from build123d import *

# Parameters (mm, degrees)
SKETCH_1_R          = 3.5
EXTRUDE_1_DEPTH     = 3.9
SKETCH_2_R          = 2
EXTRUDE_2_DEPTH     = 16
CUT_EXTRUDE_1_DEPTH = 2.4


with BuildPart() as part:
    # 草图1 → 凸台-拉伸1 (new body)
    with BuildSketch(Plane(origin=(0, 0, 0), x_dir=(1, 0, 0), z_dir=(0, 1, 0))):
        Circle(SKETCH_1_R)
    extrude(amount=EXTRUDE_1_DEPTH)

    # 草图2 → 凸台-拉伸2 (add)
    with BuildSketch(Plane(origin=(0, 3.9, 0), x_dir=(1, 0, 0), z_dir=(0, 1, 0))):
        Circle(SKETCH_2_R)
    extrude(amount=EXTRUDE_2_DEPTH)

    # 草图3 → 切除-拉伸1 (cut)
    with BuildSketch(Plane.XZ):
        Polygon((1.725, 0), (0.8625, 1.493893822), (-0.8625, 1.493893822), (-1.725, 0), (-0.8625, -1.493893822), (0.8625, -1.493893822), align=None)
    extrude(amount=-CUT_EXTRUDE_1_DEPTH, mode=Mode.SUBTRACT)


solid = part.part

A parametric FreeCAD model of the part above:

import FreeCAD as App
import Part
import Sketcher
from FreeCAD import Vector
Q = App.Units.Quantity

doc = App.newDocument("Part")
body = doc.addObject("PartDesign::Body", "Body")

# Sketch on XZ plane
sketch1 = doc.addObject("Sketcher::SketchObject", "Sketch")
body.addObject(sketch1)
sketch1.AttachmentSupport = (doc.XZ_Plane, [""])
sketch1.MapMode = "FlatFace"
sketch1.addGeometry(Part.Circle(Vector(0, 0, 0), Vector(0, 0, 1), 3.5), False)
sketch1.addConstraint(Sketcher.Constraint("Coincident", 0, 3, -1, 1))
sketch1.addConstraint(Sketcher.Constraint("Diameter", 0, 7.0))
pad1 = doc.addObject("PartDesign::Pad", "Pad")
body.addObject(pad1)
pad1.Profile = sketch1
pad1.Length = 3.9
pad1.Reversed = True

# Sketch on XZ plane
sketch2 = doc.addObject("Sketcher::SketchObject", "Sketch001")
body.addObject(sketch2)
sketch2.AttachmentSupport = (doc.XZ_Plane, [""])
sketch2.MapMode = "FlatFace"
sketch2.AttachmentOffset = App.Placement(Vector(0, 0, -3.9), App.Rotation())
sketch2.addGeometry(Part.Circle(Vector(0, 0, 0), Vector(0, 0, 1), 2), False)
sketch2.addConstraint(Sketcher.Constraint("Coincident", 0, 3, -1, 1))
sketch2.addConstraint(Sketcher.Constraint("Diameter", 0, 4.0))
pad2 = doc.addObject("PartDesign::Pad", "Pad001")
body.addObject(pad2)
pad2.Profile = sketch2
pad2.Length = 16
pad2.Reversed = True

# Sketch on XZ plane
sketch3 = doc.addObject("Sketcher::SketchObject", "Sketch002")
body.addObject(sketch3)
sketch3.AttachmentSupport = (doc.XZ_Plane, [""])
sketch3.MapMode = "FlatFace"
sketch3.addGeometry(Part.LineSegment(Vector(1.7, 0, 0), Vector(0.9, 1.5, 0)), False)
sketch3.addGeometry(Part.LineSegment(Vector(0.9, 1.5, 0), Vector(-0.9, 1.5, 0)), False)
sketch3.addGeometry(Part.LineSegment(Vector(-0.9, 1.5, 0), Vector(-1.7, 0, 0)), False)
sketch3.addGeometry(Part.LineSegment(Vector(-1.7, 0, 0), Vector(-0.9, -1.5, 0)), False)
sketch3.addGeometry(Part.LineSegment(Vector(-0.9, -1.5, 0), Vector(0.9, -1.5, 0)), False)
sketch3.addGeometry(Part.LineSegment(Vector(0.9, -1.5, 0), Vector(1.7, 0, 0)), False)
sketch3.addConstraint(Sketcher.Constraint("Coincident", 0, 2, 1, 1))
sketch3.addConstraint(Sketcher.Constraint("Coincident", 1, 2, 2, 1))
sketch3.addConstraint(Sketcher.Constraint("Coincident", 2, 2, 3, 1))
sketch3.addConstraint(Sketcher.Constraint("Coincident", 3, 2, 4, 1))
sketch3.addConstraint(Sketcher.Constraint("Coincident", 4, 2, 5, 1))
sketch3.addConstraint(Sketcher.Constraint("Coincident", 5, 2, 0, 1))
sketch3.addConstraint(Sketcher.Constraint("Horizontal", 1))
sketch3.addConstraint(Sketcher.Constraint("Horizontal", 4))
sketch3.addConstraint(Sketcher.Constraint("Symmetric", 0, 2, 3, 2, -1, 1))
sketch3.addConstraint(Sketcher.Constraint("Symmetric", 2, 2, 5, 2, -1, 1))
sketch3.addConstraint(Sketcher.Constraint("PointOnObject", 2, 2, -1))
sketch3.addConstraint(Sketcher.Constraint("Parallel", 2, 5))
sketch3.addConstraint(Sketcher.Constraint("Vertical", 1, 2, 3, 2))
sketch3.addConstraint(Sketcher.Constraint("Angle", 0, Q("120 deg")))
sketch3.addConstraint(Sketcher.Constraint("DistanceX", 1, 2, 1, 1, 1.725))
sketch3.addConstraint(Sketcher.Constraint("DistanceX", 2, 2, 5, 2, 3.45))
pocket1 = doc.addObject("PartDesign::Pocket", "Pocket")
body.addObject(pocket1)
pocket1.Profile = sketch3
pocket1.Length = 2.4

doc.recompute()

-------------------------

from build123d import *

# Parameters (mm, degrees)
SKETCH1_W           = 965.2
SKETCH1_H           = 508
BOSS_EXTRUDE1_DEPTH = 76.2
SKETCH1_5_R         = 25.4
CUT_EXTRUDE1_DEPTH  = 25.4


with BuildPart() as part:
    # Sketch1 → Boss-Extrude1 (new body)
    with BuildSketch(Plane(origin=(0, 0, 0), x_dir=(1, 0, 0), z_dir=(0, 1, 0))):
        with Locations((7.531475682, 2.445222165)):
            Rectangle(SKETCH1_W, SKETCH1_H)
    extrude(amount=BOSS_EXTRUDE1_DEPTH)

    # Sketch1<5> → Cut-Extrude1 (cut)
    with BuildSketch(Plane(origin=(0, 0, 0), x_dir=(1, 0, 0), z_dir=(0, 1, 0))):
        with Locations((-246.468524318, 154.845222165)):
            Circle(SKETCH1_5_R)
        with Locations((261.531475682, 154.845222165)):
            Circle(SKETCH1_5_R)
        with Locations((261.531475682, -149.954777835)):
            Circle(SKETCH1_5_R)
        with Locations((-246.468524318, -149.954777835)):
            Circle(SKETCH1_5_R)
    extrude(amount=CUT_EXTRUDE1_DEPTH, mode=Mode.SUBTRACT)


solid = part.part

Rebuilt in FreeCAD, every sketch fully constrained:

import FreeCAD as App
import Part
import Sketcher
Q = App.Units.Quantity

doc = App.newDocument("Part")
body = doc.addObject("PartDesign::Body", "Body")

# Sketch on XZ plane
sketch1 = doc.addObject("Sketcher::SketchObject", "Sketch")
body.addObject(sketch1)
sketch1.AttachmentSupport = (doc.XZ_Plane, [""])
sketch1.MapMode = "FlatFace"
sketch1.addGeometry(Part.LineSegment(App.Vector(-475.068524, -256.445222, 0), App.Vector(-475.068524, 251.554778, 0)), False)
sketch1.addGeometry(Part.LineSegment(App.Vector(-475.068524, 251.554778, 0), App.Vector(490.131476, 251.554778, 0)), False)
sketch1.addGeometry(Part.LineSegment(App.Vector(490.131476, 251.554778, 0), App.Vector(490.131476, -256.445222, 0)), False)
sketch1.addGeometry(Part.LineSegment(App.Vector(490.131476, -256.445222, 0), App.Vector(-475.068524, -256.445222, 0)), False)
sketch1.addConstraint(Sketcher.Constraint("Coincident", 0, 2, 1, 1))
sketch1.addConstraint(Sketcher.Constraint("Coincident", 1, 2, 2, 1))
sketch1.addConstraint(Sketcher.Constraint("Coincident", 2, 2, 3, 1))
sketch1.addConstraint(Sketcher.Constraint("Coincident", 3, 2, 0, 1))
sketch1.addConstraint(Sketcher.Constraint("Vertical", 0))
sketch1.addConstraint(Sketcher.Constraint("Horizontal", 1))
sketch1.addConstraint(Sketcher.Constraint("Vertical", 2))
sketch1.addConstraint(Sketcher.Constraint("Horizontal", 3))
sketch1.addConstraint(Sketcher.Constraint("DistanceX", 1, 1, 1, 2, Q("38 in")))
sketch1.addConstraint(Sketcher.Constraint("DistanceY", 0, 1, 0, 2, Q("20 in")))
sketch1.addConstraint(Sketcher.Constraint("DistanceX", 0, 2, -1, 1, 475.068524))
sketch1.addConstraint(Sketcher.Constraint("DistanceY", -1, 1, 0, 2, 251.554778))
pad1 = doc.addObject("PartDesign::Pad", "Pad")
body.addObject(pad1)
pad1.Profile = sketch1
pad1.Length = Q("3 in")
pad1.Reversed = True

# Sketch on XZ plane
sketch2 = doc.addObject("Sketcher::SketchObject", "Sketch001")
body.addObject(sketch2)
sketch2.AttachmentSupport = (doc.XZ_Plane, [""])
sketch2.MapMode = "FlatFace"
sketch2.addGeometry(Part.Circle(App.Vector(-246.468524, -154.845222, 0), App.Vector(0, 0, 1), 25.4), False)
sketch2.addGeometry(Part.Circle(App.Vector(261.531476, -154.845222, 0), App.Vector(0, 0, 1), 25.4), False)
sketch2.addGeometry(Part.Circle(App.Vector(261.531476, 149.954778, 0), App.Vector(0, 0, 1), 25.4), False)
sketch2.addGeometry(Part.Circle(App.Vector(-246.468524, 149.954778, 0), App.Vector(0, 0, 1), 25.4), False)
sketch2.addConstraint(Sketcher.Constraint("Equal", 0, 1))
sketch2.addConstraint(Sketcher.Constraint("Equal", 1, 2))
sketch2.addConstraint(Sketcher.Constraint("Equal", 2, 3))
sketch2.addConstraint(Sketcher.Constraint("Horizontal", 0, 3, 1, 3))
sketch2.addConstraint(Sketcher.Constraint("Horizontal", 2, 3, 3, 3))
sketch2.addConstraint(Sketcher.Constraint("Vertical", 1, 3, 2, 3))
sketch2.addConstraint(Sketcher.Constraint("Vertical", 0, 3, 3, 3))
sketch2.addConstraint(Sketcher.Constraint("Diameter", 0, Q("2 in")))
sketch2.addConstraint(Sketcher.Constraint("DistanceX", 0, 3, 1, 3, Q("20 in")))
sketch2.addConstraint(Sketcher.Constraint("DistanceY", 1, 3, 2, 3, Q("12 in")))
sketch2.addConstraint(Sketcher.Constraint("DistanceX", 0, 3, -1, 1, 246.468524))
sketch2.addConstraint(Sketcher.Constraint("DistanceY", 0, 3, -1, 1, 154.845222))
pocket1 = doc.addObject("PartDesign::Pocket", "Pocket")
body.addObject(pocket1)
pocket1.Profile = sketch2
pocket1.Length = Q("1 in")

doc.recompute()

-------------------------

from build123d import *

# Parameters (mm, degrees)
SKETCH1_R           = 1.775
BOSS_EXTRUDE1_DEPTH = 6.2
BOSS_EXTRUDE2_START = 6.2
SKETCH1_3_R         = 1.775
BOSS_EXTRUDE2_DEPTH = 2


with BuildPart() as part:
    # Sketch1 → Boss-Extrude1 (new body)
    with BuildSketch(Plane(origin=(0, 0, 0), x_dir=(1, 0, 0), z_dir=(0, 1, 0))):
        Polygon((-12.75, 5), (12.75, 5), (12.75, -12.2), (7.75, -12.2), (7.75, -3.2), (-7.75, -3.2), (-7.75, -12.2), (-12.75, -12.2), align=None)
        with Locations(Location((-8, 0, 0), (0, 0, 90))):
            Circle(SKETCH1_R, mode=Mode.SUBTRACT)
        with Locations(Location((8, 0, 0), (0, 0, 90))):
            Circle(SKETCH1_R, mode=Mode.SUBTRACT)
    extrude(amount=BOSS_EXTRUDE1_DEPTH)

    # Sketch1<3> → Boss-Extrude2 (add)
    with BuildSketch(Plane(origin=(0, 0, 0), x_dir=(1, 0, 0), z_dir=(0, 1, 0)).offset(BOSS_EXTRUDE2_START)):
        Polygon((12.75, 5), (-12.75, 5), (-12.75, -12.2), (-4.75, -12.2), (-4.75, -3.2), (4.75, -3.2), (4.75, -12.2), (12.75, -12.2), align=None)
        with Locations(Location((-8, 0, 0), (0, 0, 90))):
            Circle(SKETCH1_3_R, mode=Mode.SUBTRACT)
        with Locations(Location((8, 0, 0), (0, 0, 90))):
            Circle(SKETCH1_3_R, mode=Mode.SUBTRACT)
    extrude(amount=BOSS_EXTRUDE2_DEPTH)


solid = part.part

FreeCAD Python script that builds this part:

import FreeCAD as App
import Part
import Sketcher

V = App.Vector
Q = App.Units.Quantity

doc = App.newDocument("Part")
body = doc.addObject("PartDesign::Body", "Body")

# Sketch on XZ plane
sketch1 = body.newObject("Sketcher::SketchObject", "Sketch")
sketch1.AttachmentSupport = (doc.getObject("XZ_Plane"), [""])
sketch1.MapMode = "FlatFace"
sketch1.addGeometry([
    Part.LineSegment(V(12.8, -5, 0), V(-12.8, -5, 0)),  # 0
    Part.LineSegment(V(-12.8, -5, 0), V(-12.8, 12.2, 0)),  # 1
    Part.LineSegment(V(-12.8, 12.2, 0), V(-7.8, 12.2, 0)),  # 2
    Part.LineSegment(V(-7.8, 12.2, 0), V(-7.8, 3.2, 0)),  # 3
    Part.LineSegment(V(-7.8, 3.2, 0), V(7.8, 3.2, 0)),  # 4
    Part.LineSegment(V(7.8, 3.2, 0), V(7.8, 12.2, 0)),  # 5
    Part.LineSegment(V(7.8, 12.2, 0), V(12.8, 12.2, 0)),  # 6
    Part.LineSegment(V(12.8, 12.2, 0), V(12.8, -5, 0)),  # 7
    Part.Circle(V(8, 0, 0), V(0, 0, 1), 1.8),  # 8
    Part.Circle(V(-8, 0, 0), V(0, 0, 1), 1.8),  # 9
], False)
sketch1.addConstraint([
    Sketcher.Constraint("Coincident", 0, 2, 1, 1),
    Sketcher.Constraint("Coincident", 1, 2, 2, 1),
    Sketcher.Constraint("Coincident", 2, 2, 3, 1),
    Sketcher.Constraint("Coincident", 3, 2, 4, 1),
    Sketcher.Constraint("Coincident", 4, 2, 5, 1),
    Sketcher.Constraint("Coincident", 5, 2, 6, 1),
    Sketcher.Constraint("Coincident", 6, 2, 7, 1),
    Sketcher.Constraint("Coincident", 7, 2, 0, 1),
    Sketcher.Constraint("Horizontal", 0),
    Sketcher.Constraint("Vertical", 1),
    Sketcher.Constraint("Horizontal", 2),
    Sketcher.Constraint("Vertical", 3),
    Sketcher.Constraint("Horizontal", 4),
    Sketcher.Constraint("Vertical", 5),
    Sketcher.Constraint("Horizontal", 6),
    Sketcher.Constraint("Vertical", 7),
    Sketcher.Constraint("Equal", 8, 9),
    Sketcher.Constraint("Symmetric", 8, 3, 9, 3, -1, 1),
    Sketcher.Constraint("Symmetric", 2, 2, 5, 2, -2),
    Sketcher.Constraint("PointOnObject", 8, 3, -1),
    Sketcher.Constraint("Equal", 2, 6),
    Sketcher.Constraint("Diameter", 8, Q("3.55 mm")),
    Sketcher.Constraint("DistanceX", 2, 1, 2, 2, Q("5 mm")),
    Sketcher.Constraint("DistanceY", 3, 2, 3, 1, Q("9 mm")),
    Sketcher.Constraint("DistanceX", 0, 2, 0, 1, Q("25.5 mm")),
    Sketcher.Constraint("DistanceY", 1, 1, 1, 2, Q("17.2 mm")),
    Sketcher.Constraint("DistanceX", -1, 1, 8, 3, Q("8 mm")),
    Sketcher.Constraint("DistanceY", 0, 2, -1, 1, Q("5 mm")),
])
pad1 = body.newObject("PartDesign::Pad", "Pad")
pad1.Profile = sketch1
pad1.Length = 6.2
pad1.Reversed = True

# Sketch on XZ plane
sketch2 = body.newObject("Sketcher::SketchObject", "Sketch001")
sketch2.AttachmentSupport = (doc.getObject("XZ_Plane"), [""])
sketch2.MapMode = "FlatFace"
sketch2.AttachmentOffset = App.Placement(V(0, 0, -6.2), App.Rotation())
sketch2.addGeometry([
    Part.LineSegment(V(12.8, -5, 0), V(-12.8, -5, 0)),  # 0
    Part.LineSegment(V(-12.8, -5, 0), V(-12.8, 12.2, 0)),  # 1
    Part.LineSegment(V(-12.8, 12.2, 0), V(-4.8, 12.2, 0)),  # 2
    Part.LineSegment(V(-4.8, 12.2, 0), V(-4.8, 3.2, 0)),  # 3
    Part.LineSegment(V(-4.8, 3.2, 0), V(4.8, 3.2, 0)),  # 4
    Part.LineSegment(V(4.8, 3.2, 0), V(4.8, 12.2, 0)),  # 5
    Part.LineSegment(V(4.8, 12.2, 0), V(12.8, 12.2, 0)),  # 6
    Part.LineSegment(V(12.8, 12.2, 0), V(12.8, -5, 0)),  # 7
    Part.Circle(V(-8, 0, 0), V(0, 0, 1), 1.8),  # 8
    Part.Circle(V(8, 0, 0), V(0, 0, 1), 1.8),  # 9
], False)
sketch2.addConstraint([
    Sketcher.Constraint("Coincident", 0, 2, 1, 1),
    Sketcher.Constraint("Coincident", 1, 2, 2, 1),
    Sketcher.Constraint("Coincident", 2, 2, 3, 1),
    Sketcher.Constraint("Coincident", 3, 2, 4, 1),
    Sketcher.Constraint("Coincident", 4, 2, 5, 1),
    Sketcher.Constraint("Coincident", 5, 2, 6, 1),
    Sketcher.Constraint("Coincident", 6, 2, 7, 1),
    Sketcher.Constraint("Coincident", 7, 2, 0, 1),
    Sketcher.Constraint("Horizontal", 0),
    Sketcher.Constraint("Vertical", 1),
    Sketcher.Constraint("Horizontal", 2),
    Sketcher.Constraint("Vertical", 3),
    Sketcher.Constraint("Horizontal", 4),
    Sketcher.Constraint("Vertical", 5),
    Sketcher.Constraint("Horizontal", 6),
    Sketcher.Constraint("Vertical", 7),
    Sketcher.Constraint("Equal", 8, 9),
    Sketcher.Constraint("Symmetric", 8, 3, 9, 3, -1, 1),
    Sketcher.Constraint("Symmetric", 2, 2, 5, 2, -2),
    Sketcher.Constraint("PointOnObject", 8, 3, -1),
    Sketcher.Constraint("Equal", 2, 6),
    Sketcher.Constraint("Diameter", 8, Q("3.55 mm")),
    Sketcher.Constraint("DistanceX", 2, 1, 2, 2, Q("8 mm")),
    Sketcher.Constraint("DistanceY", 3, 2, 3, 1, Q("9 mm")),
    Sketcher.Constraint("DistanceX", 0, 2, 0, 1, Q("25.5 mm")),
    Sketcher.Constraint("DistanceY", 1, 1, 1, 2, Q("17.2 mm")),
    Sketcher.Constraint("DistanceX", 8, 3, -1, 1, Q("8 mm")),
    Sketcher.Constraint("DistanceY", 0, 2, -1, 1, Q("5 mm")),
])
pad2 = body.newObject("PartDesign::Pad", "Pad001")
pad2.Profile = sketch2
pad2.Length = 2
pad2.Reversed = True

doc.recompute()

-------------------------

#### TASK DETAILS:
Look above for the line holding "# Sketch1<3> → Boss-Extrude2 (add)". Print it and every line after it, exactly, through the line holding "FreeCAD Python script".

#### EXERCISE RESPONSE:
    # Sketch1<3> → Boss-Extrude2 (add)
    with BuildSketch(Plane(origin=(0, 0, 0), x_dir=(1, 0, 0), z_dir=(0, 1, 0)).offset(BOSS_EXTRUDE2_START)):
        Polygon((12.75, 5), (-12.75, 5), (-12.75, -12.2), (-4.75, -12.2), (-4.75, -3.2), (4.75, -3.2), (4.75, -12.2), (12.75, -12.2), align=None)
        with Locations(Location((-8, 0, 0), (0, 0, 90))):
            Circle(SKETCH1_3_R, mode=Mode.SUBTRACT)
        with Locations(Location((8, 0, 0), (0, 0, 90))):
            Circle(SKETCH1_3_R, mode=Mode.SUBTRACT)
    extrude(amount=BOSS_EXTRUDE2_DEPTH)


solid = part.part

FreeCAD Python script that builds this part:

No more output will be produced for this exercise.